Никуда больше не сунусь. Все. Этот поезд уехал. Даже не смотрит на меня. Подняла клятые ключи, будто ей все равно, что я гадость замыслил. Я ей проектом смиренного благородства не буду! Где оплеуха хотя бы!
Слишком красивая сегодня. Я не вывезу завтра.
Выбухиваю половину бутылки вискаря и под душем морду тру. С мылом, как когда-то учили. Нет, не пойду завтра. И послезавтра. Скажет, что я не нужен. Мне плевать, но я не вывезу.
Не любит меня. Так что здесь странного? К делу это отношение не имеет. Она мне принадлежит, и она сама хочет со мной быть.
Не любит. Смешно думать, если бы любила. Ничего, меня вообще никто никогда не любил и ничего! Как-то выжил, а теперь с Алисой дальше по-настоящему лучше будет. Вот по-настоящему какое-то «лучше». Мне любви не надо, мне конкретика нужна.
Ты мне не нужен. Ты никому не нужен. Потому что ты все портишь.
Нехилые запасы соли внутри у меня во гнили посередине. Гниль печь не может, на то она и гниль, но печет же.
Острой болью соль всасывается и всасывается, и кажется, никогда не растворится.
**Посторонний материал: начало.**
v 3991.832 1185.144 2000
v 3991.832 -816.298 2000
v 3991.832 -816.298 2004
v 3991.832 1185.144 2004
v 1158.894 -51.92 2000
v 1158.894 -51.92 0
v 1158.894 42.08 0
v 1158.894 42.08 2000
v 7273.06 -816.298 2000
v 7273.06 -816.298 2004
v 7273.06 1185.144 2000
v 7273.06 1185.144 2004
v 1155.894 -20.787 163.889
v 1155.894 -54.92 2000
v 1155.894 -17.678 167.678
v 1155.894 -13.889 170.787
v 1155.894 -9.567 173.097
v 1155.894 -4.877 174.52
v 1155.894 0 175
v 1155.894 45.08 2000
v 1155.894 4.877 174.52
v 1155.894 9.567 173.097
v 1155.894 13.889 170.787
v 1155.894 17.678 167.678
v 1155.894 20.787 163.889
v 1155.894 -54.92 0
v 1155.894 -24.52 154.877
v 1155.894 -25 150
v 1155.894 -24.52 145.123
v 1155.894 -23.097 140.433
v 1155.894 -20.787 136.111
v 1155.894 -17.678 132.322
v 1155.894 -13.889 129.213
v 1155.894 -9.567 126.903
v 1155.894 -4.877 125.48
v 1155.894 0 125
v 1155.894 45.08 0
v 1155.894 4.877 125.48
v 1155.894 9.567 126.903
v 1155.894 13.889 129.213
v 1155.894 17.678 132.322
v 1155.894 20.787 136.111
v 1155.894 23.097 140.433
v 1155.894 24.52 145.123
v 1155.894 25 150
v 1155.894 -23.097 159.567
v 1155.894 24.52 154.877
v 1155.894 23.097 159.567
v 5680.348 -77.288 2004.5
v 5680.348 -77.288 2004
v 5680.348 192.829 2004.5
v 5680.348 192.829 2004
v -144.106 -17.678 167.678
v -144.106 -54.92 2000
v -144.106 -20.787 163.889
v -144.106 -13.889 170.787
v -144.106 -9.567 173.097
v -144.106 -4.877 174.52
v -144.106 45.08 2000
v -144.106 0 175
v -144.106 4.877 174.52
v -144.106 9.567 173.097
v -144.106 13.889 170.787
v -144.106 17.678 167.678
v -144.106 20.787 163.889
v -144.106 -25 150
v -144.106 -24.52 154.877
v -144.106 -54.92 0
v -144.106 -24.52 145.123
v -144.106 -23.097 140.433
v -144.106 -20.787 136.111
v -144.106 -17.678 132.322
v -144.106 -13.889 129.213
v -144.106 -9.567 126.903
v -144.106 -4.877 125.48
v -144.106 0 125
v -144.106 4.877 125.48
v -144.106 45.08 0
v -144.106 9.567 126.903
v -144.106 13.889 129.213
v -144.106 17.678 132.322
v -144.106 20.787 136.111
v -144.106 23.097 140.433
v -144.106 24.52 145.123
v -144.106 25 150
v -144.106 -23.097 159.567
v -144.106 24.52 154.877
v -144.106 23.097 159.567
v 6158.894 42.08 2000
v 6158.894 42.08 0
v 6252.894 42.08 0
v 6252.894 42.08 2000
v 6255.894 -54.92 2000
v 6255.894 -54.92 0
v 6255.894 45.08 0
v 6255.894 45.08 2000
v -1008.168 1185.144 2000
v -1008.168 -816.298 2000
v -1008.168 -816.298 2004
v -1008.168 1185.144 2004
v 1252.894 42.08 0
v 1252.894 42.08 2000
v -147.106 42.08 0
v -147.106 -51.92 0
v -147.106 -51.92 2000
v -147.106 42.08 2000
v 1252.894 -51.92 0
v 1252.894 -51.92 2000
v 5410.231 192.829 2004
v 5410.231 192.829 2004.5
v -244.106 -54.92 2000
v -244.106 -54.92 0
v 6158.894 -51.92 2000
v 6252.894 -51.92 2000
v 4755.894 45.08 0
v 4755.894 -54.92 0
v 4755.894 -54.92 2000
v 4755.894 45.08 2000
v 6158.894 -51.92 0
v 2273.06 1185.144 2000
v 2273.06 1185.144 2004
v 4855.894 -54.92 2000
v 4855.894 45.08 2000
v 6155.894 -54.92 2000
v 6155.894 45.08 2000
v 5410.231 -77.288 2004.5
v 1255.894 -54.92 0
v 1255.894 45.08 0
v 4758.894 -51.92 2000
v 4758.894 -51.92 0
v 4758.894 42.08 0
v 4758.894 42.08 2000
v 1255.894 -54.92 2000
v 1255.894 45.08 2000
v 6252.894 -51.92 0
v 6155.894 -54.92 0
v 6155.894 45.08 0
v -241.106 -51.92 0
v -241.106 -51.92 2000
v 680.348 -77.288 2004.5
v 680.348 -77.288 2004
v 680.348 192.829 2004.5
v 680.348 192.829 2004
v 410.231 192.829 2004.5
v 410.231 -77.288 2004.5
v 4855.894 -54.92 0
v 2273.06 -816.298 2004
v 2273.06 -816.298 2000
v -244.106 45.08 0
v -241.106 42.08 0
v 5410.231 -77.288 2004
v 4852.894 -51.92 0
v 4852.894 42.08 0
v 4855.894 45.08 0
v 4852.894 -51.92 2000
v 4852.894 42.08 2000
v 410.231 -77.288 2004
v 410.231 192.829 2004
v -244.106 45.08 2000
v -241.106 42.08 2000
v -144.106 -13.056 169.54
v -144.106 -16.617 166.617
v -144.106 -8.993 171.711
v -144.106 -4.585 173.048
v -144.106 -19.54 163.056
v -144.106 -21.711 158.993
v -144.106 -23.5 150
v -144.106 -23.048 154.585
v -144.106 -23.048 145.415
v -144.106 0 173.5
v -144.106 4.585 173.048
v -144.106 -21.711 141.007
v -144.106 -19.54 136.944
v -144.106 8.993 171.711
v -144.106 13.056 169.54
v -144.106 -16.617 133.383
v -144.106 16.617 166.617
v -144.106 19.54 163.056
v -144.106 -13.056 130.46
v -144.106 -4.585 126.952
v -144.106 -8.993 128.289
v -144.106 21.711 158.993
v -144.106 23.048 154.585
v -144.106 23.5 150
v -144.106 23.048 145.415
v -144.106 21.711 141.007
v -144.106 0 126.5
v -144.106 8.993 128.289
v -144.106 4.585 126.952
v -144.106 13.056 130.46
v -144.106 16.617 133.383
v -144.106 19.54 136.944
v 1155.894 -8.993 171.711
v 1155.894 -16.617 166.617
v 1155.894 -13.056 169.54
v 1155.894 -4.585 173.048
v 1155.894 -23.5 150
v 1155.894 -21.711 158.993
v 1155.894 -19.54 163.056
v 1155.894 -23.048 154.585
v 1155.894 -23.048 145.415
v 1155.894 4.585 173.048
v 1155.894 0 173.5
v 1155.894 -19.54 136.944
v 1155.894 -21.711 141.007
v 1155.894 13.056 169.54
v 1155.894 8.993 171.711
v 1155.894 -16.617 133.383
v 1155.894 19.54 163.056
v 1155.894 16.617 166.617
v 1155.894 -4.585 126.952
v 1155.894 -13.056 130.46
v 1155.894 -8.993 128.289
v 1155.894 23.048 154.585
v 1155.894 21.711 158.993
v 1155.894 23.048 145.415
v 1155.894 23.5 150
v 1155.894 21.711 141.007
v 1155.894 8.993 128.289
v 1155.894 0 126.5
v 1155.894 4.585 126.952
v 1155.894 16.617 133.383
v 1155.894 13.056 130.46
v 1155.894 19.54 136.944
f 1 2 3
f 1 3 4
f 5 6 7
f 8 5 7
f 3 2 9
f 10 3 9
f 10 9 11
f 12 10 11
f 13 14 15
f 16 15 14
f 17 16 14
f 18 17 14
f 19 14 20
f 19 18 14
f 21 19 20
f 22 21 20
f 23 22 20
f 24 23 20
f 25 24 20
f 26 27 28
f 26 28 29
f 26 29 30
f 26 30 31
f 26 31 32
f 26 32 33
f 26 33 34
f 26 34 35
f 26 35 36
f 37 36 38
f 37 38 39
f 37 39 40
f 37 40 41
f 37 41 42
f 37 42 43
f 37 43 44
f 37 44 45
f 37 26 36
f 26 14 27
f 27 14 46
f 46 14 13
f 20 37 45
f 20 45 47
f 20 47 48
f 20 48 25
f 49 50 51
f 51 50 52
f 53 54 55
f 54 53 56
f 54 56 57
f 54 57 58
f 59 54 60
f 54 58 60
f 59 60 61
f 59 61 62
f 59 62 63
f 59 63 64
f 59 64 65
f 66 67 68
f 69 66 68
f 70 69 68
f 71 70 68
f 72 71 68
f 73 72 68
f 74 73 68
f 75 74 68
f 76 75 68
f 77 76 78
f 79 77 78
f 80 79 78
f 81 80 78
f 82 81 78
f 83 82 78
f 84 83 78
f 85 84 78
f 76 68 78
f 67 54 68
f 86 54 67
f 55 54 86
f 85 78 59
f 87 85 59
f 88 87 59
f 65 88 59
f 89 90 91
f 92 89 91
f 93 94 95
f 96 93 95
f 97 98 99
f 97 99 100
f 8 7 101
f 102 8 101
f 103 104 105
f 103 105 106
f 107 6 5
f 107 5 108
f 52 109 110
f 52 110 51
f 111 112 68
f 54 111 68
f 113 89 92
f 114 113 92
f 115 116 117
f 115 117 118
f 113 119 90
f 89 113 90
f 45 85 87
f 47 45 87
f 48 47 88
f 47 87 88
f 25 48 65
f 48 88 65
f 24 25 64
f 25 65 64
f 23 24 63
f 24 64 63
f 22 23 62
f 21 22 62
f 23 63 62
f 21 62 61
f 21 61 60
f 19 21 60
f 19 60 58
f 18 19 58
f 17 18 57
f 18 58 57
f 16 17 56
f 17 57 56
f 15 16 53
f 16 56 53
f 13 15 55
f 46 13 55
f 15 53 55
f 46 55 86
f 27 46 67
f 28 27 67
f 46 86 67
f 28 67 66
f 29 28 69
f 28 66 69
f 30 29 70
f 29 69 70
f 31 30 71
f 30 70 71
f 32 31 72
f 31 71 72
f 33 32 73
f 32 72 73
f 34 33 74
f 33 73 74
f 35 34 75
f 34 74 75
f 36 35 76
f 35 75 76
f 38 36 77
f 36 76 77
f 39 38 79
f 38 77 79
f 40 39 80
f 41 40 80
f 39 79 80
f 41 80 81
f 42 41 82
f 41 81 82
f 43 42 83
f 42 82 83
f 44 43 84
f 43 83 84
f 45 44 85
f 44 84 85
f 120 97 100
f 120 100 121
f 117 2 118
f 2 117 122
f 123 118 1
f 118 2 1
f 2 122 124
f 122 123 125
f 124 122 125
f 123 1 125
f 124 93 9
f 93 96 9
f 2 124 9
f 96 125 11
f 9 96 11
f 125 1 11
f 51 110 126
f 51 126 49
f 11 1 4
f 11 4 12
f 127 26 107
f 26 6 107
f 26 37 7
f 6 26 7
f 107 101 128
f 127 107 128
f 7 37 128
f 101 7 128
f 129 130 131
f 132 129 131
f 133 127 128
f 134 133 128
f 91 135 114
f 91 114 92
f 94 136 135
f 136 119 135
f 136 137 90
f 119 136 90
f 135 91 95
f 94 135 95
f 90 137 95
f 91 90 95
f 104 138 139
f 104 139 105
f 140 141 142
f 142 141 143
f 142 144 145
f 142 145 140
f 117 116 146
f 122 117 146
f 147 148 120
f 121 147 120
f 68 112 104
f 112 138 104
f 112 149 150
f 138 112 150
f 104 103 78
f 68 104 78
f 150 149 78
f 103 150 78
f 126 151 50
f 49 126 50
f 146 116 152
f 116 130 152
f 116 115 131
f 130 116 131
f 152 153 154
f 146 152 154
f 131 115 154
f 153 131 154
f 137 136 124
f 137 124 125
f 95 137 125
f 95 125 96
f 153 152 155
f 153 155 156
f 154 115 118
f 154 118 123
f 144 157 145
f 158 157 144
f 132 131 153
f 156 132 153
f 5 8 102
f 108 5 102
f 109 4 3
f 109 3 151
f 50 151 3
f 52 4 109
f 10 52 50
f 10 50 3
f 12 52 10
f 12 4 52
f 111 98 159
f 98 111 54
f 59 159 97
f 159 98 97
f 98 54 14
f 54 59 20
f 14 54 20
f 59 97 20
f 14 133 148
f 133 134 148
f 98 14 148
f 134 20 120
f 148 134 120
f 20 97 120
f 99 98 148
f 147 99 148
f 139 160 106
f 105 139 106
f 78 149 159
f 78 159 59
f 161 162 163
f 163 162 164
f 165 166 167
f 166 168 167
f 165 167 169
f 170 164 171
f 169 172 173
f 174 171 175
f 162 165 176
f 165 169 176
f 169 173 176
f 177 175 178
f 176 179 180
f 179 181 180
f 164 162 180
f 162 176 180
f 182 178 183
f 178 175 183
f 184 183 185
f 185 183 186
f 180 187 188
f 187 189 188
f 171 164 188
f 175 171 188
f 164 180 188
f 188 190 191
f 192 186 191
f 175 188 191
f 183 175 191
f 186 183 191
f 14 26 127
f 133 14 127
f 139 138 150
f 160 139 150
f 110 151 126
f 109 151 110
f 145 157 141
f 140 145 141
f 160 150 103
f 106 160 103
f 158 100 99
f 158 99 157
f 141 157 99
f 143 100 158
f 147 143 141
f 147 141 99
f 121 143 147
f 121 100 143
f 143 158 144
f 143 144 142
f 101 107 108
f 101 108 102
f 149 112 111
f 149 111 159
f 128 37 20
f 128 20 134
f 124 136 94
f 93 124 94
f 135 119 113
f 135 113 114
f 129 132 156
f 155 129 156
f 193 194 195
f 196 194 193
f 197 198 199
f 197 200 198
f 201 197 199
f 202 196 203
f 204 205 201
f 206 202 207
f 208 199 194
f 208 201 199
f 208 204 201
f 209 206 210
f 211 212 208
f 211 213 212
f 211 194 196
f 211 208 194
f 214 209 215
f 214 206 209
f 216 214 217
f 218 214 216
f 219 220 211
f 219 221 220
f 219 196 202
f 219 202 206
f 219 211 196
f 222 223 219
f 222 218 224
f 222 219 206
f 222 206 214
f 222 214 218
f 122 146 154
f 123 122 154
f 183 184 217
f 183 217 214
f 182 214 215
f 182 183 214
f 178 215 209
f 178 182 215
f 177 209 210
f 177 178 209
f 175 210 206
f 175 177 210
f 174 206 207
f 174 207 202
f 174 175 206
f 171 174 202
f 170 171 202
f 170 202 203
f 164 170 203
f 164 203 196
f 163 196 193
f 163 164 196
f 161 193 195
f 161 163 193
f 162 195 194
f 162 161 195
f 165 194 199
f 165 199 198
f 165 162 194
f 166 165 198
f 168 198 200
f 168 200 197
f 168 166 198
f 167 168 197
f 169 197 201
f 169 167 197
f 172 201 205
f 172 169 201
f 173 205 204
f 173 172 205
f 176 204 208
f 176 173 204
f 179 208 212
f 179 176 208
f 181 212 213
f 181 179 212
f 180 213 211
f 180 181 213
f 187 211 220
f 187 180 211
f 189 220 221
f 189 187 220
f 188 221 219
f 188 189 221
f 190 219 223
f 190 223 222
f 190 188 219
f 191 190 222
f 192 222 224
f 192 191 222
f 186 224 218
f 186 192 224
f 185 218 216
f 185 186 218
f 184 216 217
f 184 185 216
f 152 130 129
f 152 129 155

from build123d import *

# Parameters (mm, degrees)
F0_W      = 100
F0_H      = 100
F0_W_2    = 94
F0_H_2    = 94
F1_DEPTH  = 2000
F2_R      = 25
F2_R_2    = 23.5
F3_DEPTH  = 1300
F4_W      = 3281.227827
F4_H      = 2001.44279
F5_DEPTH  = 4
F6_W      = 270.116926
F6_H      = 270.116925
F7_DEPTH  = 0.5
F9_W      = 899.782896
F9_H      = 436.490618
F10_DEPTH = 1300


with BuildPart() as f1:
    # F0 (on Top) → F1 (new body)
    with BuildSketch(Plane.XY):
        with Locations((-194.106018, -4.919838)):
            Rectangle(F0_W, F0_H)
        with Locations((-194.106018, -4.919838)):
            Rectangle(F0_W_2, F0_H_2, mode=Mode.SUBTRACT)
        with Locations((1205.893982, -4.919838)):
            Rectangle(F0_W, F0_H)
        with Locations((1205.893982, -4.919838)):
            Rectangle(F0_W_2, F0_H_2, mode=Mode.SUBTRACT)
    extrude(amount=F1_DEPTH)

    # F2 (on face) → F3 (join, through all)
    with BuildSketch(Plane.YZ.offset(-144.106018)):
        with Locations((0, 150)):
            Circle(F2_R)
        with Locations((0, 150)):
            Circle(F2_R_2, mode=Mode.SUBTRACT)
    extrude(amount=F3_DEPTH)

    # F4 (on face) → F5 (join)
    with BuildSketch(Plane.XY.offset(2000)):
        with Locations((632.445931, 184.42291)):
            Rectangle(F4_W, F4_H)
    extrude(amount=F5_DEPTH)

    # F6 (on face) → F7 (join)
    with BuildSketch(Plane.XY.offset(2004)):
        with Locations((545.289576, 57.770937)):
            Rectangle(F6_W, F6_H)
    extrude(amount=F7_DEPTH)


with BuildPart() as f8_1:
    # F8: copy of F1
    add(f1.part.moved(Location((5000, 0, 0))))

    # F9 (on face) → F10 (cut)
    with BuildSketch(Plane.YZ.offset(4855.893982)):
        with Locations((10.314554, 177.6294)):
            Rectangle(F9_W, F9_H)
    extrude(amount=F10_DEPTH, mode=Mode.SUBTRACT)


solid = Compound([f1.part, f8_1.part])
Надоело! Я все решу, и нормально будет. Даже если ненавидеть друг друга с Алисой станем, вместе будем. Она стопорится, потому что не понимает всего. Потому что… меньше меня хочет, чем я ее.
Но ничего. Этот безухий оборвыш столицу взял, и перед выкрутасами Алисы не остановится.
С утра бухаю еще виски и за руль сажусь. Просплюсь на том свете уже. Чекаю, нормально ли, не поводит ли совсем в стороны. Сойдет.
Оказывается, не утро, а полудень уже.
Муравьи музейные уже что-то перетаскивают в соседнее здание. Военоначальница, в красном сарафане, что-то им командует. Давай, распоряжайся моим имуществом. Женой мне будешь по-любому. Хоть в гробу я буду. Воскресну все равно и ты моей станешь.